***** SOURCE DATA *****
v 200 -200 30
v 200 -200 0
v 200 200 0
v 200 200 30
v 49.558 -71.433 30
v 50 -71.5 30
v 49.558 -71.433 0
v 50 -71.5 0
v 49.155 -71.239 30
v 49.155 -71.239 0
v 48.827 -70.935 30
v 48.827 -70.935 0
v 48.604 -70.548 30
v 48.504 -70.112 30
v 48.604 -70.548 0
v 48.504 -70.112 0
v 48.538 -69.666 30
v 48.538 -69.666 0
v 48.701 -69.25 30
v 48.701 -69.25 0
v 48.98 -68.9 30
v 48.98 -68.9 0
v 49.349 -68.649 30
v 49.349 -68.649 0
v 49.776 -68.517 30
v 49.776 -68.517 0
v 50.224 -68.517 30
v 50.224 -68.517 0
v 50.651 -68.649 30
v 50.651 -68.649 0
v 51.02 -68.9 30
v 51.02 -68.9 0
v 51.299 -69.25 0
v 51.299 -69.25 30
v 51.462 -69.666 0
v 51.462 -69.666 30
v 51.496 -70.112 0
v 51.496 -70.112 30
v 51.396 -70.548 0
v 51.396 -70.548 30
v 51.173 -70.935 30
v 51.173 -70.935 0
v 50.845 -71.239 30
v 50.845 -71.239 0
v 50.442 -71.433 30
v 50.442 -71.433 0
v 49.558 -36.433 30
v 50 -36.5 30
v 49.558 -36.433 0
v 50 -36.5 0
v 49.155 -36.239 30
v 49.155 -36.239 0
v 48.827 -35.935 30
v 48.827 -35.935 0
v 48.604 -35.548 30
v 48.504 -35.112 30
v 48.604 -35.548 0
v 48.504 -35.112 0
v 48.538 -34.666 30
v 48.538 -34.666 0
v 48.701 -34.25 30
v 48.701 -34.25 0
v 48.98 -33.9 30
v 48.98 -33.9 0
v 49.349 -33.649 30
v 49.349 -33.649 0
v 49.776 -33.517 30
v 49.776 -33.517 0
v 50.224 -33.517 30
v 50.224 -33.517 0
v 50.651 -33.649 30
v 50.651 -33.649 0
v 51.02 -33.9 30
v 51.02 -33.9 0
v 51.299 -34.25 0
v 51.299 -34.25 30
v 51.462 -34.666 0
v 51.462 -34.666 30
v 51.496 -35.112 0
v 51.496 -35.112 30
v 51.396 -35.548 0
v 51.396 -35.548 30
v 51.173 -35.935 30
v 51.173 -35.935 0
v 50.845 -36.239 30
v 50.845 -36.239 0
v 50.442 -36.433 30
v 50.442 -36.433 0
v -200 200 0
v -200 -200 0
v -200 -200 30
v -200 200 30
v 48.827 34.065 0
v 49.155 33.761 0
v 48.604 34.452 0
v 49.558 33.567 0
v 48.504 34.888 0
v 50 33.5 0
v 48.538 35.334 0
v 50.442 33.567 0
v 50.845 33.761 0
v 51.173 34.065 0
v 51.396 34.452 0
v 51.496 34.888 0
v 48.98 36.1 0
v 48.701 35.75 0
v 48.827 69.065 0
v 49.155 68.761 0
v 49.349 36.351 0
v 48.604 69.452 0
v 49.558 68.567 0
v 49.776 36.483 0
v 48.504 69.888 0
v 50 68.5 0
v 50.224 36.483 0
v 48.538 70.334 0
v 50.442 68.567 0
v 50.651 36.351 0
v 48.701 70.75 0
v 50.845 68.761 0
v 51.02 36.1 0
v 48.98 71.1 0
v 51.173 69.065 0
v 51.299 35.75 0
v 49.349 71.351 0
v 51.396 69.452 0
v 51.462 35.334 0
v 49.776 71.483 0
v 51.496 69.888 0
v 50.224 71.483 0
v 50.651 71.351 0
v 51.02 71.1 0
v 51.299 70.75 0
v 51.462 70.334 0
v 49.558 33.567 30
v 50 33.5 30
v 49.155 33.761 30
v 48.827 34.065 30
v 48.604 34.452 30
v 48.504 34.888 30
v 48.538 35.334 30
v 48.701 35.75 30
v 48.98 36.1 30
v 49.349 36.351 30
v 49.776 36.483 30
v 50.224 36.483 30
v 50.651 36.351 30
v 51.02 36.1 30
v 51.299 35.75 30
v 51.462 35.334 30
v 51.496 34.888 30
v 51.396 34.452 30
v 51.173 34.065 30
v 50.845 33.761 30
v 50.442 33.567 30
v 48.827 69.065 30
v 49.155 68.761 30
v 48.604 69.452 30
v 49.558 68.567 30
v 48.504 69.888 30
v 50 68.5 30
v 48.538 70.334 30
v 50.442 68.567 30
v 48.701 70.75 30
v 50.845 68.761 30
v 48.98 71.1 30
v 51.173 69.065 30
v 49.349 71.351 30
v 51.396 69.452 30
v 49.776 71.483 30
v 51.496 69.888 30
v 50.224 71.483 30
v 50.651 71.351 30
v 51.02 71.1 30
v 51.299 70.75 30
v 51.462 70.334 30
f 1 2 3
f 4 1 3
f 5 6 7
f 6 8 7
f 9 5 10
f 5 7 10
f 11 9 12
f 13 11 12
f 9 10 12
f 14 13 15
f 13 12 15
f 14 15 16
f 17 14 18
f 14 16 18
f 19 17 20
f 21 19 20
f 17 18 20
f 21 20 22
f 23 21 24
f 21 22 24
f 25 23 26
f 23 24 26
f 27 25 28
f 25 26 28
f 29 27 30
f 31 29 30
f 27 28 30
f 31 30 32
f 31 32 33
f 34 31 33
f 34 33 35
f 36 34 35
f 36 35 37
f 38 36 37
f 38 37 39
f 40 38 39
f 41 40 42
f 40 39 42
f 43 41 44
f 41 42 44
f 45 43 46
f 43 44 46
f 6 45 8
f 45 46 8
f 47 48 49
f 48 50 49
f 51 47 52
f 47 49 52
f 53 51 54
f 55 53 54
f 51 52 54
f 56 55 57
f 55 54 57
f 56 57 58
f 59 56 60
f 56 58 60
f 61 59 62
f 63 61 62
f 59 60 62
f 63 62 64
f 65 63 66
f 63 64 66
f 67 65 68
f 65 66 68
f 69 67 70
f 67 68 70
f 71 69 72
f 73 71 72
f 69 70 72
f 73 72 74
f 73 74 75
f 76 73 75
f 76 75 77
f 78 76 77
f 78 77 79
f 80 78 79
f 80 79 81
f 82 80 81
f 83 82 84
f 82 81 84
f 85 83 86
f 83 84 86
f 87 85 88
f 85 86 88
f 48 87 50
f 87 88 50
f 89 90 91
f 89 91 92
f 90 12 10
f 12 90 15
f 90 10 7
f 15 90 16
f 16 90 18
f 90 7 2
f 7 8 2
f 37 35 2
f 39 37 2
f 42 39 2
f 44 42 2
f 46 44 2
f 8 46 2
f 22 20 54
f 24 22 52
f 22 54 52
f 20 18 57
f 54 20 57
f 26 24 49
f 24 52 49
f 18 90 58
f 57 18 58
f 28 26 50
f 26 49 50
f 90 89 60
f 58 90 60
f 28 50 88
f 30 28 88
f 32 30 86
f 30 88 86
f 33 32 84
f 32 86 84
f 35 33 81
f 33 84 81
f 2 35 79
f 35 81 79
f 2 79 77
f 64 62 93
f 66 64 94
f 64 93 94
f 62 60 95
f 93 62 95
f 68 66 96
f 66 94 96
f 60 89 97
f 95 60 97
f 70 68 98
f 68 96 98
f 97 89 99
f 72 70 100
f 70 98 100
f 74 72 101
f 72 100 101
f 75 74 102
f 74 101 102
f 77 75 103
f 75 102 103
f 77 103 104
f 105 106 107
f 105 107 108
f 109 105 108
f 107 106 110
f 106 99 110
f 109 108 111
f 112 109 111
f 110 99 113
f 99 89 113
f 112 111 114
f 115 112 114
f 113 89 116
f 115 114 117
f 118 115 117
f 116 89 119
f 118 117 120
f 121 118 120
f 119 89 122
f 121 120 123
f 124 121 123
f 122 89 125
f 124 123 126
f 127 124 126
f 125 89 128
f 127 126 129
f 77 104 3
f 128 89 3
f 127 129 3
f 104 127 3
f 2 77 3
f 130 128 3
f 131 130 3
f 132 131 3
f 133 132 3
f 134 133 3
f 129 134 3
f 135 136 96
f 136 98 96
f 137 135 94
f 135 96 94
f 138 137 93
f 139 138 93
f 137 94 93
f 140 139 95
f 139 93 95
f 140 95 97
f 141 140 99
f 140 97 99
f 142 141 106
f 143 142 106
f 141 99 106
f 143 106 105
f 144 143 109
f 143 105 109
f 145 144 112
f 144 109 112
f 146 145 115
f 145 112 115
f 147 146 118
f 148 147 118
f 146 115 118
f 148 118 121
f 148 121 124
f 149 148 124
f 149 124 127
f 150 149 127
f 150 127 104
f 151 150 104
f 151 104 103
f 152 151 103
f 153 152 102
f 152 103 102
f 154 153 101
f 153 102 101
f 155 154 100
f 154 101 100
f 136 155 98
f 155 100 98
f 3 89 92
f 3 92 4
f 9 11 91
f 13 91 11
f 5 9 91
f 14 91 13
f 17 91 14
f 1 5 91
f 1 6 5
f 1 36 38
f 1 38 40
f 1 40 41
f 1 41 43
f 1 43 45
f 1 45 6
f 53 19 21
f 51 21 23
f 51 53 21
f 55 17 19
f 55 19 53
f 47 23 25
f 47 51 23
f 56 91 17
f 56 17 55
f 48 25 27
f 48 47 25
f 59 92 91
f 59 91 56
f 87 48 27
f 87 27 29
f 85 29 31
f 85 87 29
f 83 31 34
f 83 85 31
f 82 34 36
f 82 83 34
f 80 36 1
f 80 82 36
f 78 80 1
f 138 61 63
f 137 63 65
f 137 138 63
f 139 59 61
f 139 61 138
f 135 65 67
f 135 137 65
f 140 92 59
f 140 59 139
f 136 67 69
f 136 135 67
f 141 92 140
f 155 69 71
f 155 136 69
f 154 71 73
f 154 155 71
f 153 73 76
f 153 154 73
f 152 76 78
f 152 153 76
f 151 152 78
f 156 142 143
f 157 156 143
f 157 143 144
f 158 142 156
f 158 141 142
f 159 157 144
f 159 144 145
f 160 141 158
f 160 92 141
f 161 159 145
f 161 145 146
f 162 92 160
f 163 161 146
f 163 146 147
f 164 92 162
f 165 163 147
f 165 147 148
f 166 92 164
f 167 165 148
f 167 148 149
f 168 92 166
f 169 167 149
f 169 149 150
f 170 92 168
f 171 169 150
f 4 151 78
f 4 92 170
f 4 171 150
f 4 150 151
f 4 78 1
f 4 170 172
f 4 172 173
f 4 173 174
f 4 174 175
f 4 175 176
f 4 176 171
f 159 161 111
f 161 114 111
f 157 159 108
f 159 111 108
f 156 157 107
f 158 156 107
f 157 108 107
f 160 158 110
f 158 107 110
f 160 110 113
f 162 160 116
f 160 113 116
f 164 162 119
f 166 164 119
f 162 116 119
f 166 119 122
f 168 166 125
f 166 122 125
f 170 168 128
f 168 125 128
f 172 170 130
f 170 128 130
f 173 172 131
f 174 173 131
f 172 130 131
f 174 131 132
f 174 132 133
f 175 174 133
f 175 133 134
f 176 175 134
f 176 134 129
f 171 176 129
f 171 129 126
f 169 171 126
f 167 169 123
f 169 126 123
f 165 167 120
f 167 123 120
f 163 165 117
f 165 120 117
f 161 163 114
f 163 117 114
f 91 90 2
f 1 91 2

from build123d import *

# Parameters (mm, degrees)
ESQUISSE1_W                          = 400
ESQUISSE1_H                          = 400
EXTRUSION1_DEPTH                     = 30
ESQUISSE4_W                          = 1.5
ESQUISSE4_H                          = 30
TROU_TARAUD_M32_AT_2_COUNT           = 2
TROU_TARAUD_M32_AT_2_PITCH           = 408.679576779
TROU_TARAUD_M32_AT_3_COUNT           = 2
TROU_TARAUD_M32_AT_3_PITCH           = 332.592834859
R_P_TITION_LIN_AIRE1_COUNT           = 5
R_P_TITION_LIN_AIRE1_PITCH           = 35
R_P_TITION_LIN_AIRE1_COPY_1_SKETCH_W = 1.5
R_P_TITION_LIN_AIRE1_COPY_1_SKETCH_H = 30
R_P_TITION_LIN_AIRE1_COPY_2_SKETCH_W = 1.5
R_P_TITION_LIN_AIRE1_COPY_2_SKETCH_H = 30
R_P_TITION_LIN_AIRE1_COPY_3_SKETCH_W = 1.5
R_P_TITION_LIN_AIRE1_COPY_3_SKETCH_H = 30
R_P_TITION_LIN_AIRE1_COPY_4_SKETCH_W = 1.5
R_P_TITION_LIN_AIRE1_COPY_4_SKETCH_H = 30
R_P_TITION_LIN_AIRE1_COPY_5_SKETCH_W = 1.5
R_P_TITION_LIN_AIRE1_COPY_5_SKETCH_H = 30
R_P_TITION_LIN_AIRE1_COPY_6_SKETCH_W = 1.5
R_P_TITION_LIN_AIRE1_COPY_6_SKETCH_H = 30


with BuildPart() as part:
    # Esquisse1 → Extrusion1 (new body)
    with BuildSketch(Plane.XY):
        Rectangle(ESQUISSE1_W, ESQUISSE1_H)
    extrude(amount=EXTRUSION1_DEPTH)

    # Esquisse4 → Trou taraudé M32 (revolve, cut)
    with BuildSketch(Plane(origin=(50, 70, 30), x_dir=(0, -1, 0), z_dir=(1, 0, 0))):
        with Locations((0.75, 15)):
            Rectangle(ESQUISSE4_W, ESQUISSE4_H)
    trou_taraud_m32 = revolve(axis=Axis((50, 70, 36.35), (0, 0, -1)), mode=Mode.SUBTRACT)

    # Trou taraudé M32 at 2: Trou taraudé M32 ×2
    with Locations(*[Vector(-0.8014096921823338, -0.5981157958758629, 0) * (i * TROU_TARAUD_M32_AT_2_PITCH) for i in range(1, TROU_TARAUD_M32_AT_2_COUNT)]):
        add(trou_taraud_m32, mode=Mode.SUBTRACT)

    # Trou taraudé M32 at 3: Trou taraudé M32 ×2
    with Locations(*[Vector(-0.8119019030947789, -0.5837938846468643, 0) * (i * TROU_TARAUD_M32_AT_3_PITCH) for i in range(1, TROU_TARAUD_M32_AT_3_COUNT)]):
        add(trou_taraud_m32, mode=Mode.SUBTRACT)

    # Répétition linéaire1: Trou taraudé M32 ×5, 1 skipped
    with Locations(*[(0, -i * R_P_TITION_LIN_AIRE1_PITCH, 0) for i in range(1, R_P_TITION_LIN_AIRE1_COUNT) if i not in (2,)]):
        add(trou_taraud_m32, mode=Mode.SUBTRACT)

    # Répétition linéaire1 copy 1 sketch → Répétition linéaire1 copy 1 (revolve, cut)
    with BuildSketch(Plane(origin=(-277.519773828, -209.437710323, 30), x_dir=(0, -1, 0), z_dir=(1, 0, 0))):
        with Locations((0.75, 15)):
            Rectangle(R_P_TITION_LIN_AIRE1_COPY_1_SKETCH_W, R_P_TITION_LIN_AIRE1_COPY_1_SKETCH_H)
    revolve(axis=Axis((-277.519773828, -209.437710323, 36.35), (0, 0, -1)), mode=Mode.SUBTRACT)

    # Répétition linéaire1 copy 2 sketch → Répétition linéaire1 copy 2 (revolve, cut)
    with BuildSketch(Plane(origin=(-277.519773828, -279.437710323, 30), x_dir=(0, -1, 0), z_dir=(1, 0, 0))):
        with Locations((0.75, 15)):
            Rectangle(R_P_TITION_LIN_AIRE1_COPY_2_SKETCH_W, R_P_TITION_LIN_AIRE1_COPY_2_SKETCH_H)
    revolve(axis=Axis((-277.519773828, -279.437710323, 36.35), (0, 0, -1)), mode=Mode.SUBTRACT)

    # Répétition linéaire1 copy 3 sketch → Répétition linéaire1 copy 3 (revolve, cut)
    with BuildSketch(Plane(origin=(-277.519773828, -314.437710323, 30), x_dir=(0, -1, 0), z_dir=(1, 0, 0))):
        with Locations((0.75, 15)):
            Rectangle(R_P_TITION_LIN_AIRE1_COPY_3_SKETCH_W, R_P_TITION_LIN_AIRE1_COPY_3_SKETCH_H)
    revolve(axis=Axis((-277.519773828, -314.437710323, 36.35), (0, 0, -1)), mode=Mode.SUBTRACT)

    # Répétition linéaire1 copy 4 sketch → Répétition linéaire1 copy 4 (revolve, cut)
    with BuildSketch(Plane(origin=(-220.032755578, -159.165663068, 30), x_dir=(0, -1, 0), z_dir=(1, 0, 0))):
        with Locations((0.75, 15)):
            Rectangle(R_P_TITION_LIN_AIRE1_COPY_4_SKETCH_W, R_P_TITION_LIN_AIRE1_COPY_4_SKETCH_H)
    revolve(axis=Axis((-220.032755578, -159.165663068, 36.35), (0, 0, -1)), mode=Mode.SUBTRACT)

    # Répétition linéaire1 copy 5 sketch → Répétition linéaire1 copy 5 (revolve, cut)
    with BuildSketch(Plane(origin=(-220.032755578, -229.165663068, 30), x_dir=(0, -1, 0), z_dir=(1, 0, 0))):
        with Locations((0.75, 15)):
            Rectangle(R_P_TITION_LIN_AIRE1_COPY_5_SKETCH_W, R_P_TITION_LIN_AIRE1_COPY_5_SKETCH_H)
    revolve(axis=Axis((-220.032755578, -229.165663068, 36.35), (0, 0, -1)), mode=Mode.SUBTRACT)

    # Répétition linéaire1 copy 6 sketch → Répétition linéaire1 copy 6 (revolve, cut)
    with BuildSketch(Plane(origin=(-220.032755578, -264.165663068, 30), x_dir=(0, -1, 0), z_dir=(1, 0, 0))):
        with Locations((0.75, 15)):
            Rectangle(R_P_TITION_LIN_AIRE1_COPY_6_SKETCH_W, R_P_TITION_LIN_AIRE1_COPY_6_SKETCH_H)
*****
▶ _WHAT TO PRODUCE_:
Return exactly, and only, the lines above starting at the line that contains "v 48.98 -68.9 0" and ending at the line that contains "v 51.173 -35.935 0".

▶ _ANSWER TO THE PROBLEM_:
v 48.98 -68.9 0
v 49.349 -68.649 30
v 49.349 -68.649 0
v 49.776 -68.517 30
v 49.776 -68.517 0
v 50.224 -68.517 30
v 50.224 -68.517 0
v 50.651 -68.649 30
v 50.651 -68.649 0
v 51.02 -68.9 30
v 51.02 -68.9 0
v 51.299 -69.25 0
v 51.299 -69.25 30
v 51.462 -69.666 0
v 51.462 -69.666 30
v 51.496 -70.112 0
v 51.496 -70.112 30
v 51.396 -70.548 0
v 51.396 -70.548 30
v 51.173 -70.935 30
v 51.173 -70.935 0
v 50.845 -71.239 30
v 50.845 -71.239 0
v 50.442 -71.433 30
v 50.442 -71.433 0
v 49.558 -36.433 30
v 50 -36.5 30
v 49.558 -36.433 0
v 50 -36.5 0
v 49.155 -36.239 30
v 49.155 -36.239 0
v 48.827 -35.935 30
v 48.827 -35.935 0
v 48.604 -35.548 30
v 48.504 -35.112 30
v 48.604 -35.548 0
v 48.504 -35.112 0
v 48.538 -34.666 30
v 48.538 -34.666 0
v 48.701 -34.25 30
v 48.701 -34.25 0
v 48.98 -33.9 30
v 48.98 -33.9 0
v 49.349 -33.649 30
v 49.349 -33.649 0
v 49.776 -33.517 30
v 49.776 -33.517 0
v 50.224 -33.517 30
v 50.224 -33.517 0
v 50.651 -33.649 30
v 50.651 -33.649 0
v 51.02 -33.9 30
v 51.02 -33.9 0
v 51.299 -34.25 0
v 51.299 -34.25 30
v 51.462 -34.666 0
v 51.462 -34.666 30
v 51.496 -35.112 0
v 51.496 -35.112 30
v 51.396 -35.548 0
v 51.396 -35.548 30
v 51.173 -35.935 30
v 51.173 -35.935 0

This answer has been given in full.